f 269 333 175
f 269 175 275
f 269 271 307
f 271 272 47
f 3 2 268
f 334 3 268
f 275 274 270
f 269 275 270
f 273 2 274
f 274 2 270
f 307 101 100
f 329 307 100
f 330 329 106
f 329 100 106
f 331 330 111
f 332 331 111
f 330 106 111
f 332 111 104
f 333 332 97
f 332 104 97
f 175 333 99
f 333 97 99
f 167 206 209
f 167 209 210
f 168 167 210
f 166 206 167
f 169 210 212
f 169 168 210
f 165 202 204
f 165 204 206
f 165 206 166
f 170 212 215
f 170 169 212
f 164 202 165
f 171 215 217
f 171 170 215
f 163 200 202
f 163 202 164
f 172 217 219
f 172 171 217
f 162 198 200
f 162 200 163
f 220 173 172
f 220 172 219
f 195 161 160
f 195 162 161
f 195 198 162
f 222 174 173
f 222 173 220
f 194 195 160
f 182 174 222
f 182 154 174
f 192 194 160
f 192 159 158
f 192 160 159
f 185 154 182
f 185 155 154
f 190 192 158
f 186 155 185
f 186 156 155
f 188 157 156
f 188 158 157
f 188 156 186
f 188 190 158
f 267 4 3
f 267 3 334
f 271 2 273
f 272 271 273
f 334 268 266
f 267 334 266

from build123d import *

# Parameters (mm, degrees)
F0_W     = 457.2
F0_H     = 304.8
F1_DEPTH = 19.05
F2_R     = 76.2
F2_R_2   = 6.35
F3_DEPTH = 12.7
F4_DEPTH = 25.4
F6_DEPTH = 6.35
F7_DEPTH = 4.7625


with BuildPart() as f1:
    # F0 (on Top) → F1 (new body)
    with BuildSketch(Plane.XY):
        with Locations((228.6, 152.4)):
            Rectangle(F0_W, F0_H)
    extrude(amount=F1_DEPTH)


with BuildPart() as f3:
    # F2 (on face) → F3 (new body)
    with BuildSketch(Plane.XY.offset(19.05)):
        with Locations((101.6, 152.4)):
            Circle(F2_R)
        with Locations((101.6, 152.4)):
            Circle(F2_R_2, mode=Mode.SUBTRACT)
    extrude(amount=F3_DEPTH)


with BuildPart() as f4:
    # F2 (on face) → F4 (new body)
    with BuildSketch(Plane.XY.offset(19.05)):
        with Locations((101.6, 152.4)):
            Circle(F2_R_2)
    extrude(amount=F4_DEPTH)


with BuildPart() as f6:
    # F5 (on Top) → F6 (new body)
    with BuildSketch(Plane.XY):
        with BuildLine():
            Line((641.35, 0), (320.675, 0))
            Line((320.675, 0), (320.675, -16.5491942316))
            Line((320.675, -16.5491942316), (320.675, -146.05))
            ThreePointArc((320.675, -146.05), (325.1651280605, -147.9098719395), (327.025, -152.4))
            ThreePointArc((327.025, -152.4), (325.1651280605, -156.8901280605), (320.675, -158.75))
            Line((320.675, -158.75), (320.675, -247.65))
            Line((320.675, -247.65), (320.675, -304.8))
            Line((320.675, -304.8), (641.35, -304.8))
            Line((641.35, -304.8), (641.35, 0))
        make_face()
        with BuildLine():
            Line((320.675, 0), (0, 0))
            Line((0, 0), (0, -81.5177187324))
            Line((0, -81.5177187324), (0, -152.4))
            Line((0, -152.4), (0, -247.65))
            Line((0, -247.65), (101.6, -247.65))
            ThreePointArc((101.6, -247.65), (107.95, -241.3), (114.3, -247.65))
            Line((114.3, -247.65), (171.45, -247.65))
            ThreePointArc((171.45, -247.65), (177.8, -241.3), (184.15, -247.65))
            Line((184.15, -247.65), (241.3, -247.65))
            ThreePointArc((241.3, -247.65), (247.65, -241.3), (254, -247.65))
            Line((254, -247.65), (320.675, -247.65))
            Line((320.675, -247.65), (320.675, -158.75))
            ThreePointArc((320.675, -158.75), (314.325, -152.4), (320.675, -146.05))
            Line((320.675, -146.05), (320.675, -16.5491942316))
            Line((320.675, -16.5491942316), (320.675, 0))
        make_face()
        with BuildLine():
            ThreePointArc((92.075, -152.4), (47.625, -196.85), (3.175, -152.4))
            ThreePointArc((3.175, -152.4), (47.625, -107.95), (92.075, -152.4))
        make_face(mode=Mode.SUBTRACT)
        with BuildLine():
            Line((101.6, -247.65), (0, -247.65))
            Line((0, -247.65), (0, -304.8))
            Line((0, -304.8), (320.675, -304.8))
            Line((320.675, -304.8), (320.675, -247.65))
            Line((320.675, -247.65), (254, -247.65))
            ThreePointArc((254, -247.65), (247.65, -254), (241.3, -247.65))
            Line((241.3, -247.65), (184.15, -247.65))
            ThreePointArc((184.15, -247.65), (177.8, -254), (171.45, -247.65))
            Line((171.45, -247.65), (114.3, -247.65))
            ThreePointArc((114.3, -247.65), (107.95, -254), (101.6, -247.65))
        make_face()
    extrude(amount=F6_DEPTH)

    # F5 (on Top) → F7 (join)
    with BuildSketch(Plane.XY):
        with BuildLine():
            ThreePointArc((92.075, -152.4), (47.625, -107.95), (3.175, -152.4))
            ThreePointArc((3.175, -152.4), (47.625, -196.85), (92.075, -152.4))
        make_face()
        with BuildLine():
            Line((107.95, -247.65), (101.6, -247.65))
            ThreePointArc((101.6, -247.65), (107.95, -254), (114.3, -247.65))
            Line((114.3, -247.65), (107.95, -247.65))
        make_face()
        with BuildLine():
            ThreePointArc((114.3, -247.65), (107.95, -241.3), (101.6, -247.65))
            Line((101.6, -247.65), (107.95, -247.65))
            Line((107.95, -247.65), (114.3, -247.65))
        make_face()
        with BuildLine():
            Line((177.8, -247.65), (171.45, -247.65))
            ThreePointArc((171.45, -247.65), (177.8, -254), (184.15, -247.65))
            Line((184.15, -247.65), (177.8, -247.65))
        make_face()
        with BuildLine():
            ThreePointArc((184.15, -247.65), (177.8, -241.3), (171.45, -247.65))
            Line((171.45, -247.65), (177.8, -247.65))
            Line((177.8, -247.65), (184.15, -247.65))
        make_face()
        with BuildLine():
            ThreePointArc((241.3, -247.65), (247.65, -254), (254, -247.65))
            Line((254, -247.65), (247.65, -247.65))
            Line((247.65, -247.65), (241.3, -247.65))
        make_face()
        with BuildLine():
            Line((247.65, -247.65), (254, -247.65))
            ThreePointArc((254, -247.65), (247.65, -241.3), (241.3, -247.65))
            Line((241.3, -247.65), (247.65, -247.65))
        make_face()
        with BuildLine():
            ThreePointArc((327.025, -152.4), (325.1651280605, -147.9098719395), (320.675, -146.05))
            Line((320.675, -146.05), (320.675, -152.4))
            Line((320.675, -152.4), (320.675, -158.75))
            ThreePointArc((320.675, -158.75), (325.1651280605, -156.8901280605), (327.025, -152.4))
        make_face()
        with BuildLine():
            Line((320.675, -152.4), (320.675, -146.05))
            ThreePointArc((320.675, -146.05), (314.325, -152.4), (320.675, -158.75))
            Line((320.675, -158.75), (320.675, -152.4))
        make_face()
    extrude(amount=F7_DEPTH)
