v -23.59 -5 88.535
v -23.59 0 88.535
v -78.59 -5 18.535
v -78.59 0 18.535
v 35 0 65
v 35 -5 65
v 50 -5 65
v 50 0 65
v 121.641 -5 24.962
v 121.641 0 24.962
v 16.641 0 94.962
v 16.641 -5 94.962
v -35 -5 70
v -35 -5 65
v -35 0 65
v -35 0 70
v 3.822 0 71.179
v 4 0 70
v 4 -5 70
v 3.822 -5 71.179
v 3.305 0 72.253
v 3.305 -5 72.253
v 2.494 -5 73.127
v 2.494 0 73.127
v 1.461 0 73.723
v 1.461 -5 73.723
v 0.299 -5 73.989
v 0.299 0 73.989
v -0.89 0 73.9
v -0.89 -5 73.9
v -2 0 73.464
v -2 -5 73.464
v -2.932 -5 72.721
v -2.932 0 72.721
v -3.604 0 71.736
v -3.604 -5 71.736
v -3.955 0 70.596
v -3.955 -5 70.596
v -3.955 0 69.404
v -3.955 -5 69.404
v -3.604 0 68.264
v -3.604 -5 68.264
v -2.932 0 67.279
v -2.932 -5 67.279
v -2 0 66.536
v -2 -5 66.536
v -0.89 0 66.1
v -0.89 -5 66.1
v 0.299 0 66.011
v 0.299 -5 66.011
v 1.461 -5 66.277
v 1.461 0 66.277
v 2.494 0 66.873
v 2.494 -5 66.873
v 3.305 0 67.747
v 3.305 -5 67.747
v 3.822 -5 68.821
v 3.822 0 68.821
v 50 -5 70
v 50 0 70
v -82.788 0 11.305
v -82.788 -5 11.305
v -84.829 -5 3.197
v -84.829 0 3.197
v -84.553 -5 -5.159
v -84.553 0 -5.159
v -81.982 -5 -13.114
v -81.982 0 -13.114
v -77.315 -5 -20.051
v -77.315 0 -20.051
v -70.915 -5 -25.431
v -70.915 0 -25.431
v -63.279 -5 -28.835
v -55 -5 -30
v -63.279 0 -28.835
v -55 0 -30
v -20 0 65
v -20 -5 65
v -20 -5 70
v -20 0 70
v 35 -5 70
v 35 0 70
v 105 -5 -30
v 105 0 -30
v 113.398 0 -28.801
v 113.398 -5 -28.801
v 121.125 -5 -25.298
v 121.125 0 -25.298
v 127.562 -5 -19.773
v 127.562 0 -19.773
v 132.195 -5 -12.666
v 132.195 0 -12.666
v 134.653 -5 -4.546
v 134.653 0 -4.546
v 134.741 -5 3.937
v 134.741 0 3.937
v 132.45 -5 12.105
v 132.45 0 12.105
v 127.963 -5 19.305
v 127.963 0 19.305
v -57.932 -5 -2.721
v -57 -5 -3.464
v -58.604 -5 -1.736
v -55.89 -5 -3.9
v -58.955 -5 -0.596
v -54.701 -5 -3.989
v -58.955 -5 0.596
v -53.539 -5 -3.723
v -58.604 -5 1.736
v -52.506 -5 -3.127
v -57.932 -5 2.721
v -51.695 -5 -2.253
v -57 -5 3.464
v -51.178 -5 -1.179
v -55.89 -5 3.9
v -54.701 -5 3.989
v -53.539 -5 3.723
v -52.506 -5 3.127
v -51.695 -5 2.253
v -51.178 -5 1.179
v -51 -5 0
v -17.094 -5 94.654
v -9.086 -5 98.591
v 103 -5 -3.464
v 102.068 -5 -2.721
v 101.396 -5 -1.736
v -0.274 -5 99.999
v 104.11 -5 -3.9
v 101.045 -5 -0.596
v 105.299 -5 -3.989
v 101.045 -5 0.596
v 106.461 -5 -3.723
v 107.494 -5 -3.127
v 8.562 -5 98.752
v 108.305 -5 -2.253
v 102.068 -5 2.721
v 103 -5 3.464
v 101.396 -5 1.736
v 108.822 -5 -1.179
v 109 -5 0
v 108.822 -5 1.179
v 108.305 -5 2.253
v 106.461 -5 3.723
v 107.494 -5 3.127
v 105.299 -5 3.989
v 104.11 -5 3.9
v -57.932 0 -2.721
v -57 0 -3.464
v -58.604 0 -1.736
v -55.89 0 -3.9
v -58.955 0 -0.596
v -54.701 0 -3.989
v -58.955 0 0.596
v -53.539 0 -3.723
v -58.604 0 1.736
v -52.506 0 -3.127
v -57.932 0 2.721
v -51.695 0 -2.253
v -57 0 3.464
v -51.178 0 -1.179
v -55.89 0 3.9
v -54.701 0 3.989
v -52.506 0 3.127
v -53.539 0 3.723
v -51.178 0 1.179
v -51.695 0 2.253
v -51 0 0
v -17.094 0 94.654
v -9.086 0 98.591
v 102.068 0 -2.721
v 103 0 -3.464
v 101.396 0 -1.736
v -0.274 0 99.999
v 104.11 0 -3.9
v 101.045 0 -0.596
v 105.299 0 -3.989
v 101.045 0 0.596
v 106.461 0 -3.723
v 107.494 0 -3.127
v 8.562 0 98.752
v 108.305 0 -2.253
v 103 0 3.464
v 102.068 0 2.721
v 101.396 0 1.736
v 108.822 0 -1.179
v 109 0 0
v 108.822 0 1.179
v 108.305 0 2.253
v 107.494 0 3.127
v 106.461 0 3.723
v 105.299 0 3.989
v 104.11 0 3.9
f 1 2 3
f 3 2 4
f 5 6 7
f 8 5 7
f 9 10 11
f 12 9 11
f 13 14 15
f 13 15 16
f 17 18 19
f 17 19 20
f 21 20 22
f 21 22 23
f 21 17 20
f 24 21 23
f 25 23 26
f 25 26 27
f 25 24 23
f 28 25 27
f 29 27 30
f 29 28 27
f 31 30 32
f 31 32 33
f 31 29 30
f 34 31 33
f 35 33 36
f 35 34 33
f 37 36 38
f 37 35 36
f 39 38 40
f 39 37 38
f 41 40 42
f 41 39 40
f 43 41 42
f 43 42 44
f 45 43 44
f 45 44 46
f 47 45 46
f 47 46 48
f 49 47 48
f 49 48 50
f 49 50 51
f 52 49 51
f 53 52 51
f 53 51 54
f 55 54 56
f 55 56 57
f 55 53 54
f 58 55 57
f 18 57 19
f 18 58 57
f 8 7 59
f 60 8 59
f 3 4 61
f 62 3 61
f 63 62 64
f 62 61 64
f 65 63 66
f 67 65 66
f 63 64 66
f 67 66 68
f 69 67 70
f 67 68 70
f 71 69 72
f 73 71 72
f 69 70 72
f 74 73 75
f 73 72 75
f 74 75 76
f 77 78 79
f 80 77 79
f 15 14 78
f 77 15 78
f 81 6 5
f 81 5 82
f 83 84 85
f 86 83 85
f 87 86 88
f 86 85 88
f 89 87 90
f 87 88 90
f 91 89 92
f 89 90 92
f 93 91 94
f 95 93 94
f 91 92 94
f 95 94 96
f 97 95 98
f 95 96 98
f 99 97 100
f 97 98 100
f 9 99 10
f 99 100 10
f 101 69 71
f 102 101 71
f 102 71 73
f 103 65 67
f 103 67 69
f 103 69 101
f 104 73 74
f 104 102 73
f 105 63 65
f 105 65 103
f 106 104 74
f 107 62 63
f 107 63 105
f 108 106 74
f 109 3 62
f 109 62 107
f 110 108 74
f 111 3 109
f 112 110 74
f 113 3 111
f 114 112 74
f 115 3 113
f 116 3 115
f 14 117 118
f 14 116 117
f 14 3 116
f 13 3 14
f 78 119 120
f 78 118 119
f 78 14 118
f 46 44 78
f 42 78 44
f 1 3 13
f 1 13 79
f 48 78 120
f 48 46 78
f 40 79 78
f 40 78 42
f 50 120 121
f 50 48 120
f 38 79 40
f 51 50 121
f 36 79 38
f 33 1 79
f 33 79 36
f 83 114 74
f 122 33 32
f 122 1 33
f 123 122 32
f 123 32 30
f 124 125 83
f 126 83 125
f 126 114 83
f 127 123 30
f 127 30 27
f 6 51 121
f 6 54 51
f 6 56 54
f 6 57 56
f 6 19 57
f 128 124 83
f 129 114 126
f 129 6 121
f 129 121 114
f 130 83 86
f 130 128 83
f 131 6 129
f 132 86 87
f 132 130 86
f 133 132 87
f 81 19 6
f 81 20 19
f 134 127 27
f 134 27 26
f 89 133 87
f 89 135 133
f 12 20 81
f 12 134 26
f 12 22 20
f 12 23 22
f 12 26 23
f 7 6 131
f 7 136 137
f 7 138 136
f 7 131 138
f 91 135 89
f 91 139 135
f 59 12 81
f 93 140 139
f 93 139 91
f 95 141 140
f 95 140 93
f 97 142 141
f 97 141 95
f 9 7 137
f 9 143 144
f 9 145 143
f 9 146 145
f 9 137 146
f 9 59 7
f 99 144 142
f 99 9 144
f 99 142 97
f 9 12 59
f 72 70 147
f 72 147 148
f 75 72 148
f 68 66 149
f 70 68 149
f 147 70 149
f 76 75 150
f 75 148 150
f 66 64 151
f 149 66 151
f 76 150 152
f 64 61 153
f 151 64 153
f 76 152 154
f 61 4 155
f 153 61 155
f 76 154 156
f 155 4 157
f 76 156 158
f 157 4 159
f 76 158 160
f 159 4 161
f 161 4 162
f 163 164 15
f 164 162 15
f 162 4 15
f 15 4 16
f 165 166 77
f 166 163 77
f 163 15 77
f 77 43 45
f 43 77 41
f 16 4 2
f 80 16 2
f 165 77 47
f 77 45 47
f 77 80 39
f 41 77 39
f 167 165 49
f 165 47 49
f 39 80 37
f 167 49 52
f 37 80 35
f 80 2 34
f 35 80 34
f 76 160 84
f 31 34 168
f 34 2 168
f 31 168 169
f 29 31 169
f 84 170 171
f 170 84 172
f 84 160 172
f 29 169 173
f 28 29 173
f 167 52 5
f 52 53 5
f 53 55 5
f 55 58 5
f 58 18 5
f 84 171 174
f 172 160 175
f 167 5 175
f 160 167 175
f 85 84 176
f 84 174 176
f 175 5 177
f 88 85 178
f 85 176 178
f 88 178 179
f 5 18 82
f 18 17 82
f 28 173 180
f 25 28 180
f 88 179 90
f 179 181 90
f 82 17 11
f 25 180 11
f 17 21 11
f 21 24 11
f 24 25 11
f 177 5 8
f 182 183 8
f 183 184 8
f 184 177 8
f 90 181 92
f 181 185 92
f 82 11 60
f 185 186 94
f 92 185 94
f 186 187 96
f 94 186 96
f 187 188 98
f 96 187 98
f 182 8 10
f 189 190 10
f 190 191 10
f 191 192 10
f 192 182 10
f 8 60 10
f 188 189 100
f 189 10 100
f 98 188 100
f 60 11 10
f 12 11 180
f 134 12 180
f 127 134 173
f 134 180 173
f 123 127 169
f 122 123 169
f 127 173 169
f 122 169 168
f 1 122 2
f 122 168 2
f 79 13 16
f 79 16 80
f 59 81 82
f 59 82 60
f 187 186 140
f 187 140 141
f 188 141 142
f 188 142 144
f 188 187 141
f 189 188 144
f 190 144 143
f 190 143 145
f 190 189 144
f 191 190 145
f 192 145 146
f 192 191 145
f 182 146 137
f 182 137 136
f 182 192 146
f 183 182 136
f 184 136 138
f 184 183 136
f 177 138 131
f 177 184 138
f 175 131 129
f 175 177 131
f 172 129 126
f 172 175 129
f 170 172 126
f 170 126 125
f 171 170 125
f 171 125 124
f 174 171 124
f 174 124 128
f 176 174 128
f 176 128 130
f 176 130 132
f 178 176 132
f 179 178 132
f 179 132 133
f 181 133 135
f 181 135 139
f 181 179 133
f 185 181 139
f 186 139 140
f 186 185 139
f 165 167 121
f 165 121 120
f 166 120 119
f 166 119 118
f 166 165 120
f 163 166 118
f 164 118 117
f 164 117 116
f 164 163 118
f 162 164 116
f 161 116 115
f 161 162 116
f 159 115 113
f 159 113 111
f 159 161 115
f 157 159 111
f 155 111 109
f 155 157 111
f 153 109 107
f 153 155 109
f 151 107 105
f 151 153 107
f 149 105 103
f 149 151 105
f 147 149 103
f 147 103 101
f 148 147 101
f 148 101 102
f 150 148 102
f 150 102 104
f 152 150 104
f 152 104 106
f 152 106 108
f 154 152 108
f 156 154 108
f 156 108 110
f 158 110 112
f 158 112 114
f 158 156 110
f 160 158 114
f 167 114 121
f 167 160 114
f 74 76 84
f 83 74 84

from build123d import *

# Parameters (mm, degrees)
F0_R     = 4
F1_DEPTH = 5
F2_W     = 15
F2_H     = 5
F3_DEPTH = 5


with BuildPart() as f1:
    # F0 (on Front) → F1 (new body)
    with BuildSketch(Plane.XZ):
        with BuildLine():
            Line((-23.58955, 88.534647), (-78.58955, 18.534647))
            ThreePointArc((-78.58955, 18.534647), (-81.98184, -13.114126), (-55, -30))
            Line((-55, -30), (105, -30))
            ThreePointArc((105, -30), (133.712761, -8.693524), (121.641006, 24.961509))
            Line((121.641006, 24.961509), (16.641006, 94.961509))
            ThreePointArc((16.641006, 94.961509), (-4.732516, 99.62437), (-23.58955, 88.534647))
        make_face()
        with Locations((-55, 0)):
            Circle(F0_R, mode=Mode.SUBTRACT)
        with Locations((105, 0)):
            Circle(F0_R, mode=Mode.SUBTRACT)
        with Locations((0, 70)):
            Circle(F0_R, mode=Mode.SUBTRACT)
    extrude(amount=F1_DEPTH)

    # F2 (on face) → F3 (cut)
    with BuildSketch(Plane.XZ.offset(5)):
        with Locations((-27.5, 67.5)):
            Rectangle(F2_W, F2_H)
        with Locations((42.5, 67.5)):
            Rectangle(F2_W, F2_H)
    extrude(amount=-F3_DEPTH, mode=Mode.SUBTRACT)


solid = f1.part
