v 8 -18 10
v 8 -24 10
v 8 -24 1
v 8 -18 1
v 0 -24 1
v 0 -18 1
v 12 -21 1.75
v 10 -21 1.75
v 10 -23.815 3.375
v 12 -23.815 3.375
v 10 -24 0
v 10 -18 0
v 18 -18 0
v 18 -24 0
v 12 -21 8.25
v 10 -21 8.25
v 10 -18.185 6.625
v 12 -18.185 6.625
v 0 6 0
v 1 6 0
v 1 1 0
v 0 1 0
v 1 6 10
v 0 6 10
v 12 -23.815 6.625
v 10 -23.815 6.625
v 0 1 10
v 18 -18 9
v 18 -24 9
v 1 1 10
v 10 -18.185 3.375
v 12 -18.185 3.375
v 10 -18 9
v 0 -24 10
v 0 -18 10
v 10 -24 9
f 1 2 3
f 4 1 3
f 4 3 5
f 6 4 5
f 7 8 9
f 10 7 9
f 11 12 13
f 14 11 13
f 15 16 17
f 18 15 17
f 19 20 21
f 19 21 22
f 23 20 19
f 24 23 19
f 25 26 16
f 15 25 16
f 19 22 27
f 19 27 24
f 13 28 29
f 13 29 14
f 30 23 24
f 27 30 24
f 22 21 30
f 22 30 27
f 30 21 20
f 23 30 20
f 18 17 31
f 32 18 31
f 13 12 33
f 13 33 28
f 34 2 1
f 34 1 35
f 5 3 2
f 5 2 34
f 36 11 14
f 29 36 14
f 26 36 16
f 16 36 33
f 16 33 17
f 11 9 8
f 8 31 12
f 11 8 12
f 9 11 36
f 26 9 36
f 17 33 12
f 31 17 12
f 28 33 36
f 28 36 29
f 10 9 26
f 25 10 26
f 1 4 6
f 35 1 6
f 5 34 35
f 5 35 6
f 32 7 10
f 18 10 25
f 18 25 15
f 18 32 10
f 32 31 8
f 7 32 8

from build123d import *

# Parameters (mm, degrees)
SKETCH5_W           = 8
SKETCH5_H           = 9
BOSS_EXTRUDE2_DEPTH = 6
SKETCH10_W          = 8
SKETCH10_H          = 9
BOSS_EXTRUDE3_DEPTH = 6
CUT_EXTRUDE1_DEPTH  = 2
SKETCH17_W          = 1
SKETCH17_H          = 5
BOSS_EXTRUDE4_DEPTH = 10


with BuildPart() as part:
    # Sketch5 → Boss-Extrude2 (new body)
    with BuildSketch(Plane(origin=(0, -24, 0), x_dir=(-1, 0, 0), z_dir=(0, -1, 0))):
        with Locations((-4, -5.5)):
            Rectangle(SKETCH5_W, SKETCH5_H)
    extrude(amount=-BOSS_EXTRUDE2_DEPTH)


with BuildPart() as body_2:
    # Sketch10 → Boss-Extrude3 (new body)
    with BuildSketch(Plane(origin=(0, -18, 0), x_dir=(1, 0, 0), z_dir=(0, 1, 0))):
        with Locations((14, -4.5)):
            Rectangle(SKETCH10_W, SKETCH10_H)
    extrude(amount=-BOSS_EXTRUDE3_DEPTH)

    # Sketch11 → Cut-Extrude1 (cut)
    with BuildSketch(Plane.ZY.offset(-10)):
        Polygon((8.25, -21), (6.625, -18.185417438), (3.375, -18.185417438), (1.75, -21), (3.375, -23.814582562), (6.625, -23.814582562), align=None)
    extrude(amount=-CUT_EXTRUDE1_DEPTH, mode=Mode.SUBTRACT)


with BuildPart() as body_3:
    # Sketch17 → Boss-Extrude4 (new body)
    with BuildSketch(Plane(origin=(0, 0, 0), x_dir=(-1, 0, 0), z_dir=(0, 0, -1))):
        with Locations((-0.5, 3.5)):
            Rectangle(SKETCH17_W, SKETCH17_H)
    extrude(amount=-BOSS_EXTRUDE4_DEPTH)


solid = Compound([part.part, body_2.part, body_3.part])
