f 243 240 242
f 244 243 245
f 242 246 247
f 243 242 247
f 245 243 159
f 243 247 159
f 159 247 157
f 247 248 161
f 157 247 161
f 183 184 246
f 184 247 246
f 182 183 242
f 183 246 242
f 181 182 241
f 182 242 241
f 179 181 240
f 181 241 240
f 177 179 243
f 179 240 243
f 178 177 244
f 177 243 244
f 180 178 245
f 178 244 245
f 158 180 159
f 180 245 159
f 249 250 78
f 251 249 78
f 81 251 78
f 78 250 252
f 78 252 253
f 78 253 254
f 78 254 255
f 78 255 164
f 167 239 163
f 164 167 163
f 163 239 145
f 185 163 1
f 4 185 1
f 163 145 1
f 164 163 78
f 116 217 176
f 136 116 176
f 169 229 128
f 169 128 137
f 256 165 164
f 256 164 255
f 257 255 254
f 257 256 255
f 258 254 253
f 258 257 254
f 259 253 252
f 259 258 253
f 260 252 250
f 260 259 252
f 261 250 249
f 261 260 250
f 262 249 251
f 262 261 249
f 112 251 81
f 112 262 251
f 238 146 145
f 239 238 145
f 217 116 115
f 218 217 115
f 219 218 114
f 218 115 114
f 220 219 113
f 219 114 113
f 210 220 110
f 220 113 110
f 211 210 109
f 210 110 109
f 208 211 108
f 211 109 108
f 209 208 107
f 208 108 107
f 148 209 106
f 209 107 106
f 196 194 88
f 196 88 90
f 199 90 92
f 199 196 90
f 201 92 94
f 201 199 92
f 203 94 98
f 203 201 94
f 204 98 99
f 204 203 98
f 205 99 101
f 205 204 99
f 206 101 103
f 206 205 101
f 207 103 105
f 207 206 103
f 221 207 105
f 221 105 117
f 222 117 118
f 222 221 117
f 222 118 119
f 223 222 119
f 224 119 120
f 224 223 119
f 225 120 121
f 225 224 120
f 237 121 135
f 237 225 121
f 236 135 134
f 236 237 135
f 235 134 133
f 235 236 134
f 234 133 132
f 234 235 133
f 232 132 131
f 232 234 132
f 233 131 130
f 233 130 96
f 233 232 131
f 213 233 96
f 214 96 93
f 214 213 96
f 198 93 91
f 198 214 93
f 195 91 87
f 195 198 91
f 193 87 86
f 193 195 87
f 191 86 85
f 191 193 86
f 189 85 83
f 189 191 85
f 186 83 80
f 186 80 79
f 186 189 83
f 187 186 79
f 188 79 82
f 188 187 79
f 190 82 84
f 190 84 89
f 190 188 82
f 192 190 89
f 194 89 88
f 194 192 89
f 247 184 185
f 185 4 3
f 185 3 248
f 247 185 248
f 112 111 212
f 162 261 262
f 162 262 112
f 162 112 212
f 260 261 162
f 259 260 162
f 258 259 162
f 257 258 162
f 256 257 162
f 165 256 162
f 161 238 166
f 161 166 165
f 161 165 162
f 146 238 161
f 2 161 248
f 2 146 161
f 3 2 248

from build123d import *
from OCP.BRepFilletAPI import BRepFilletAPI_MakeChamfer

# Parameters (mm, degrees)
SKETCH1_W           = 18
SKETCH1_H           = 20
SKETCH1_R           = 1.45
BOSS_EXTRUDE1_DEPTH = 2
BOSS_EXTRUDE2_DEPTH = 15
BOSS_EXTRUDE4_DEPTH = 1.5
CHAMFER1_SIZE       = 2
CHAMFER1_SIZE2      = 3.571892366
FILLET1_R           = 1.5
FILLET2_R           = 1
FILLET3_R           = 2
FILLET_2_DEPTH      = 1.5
**********
# [WORK TASK]
Return only the lines above that run from the opening line through the line containing "f 170 212 215", exactly as written.

# [SOLUTION TO THIS PROBLEM]
f 269 333 175
f 269 175 275
f 269 271 307
f 271 272 47
f 3 2 268
f 334 3 268
f 275 274 270
f 269 275 270
f 273 2 274
f 274 2 270
f 307 101 100
f 329 307 100
f 330 329 106
f 329 100 106
f 331 330 111
f 332 331 111
f 330 106 111
f 332 111 104
f 333 332 97
f 332 104 97
f 175 333 99
f 333 97 99
f 167 206 209
f 167 209 210
f 168 167 210
f 166 206 167
f 169 210 212
f 169 168 210
f 165 202 204
f 165 204 206
f 165 206 166
f 170 212 215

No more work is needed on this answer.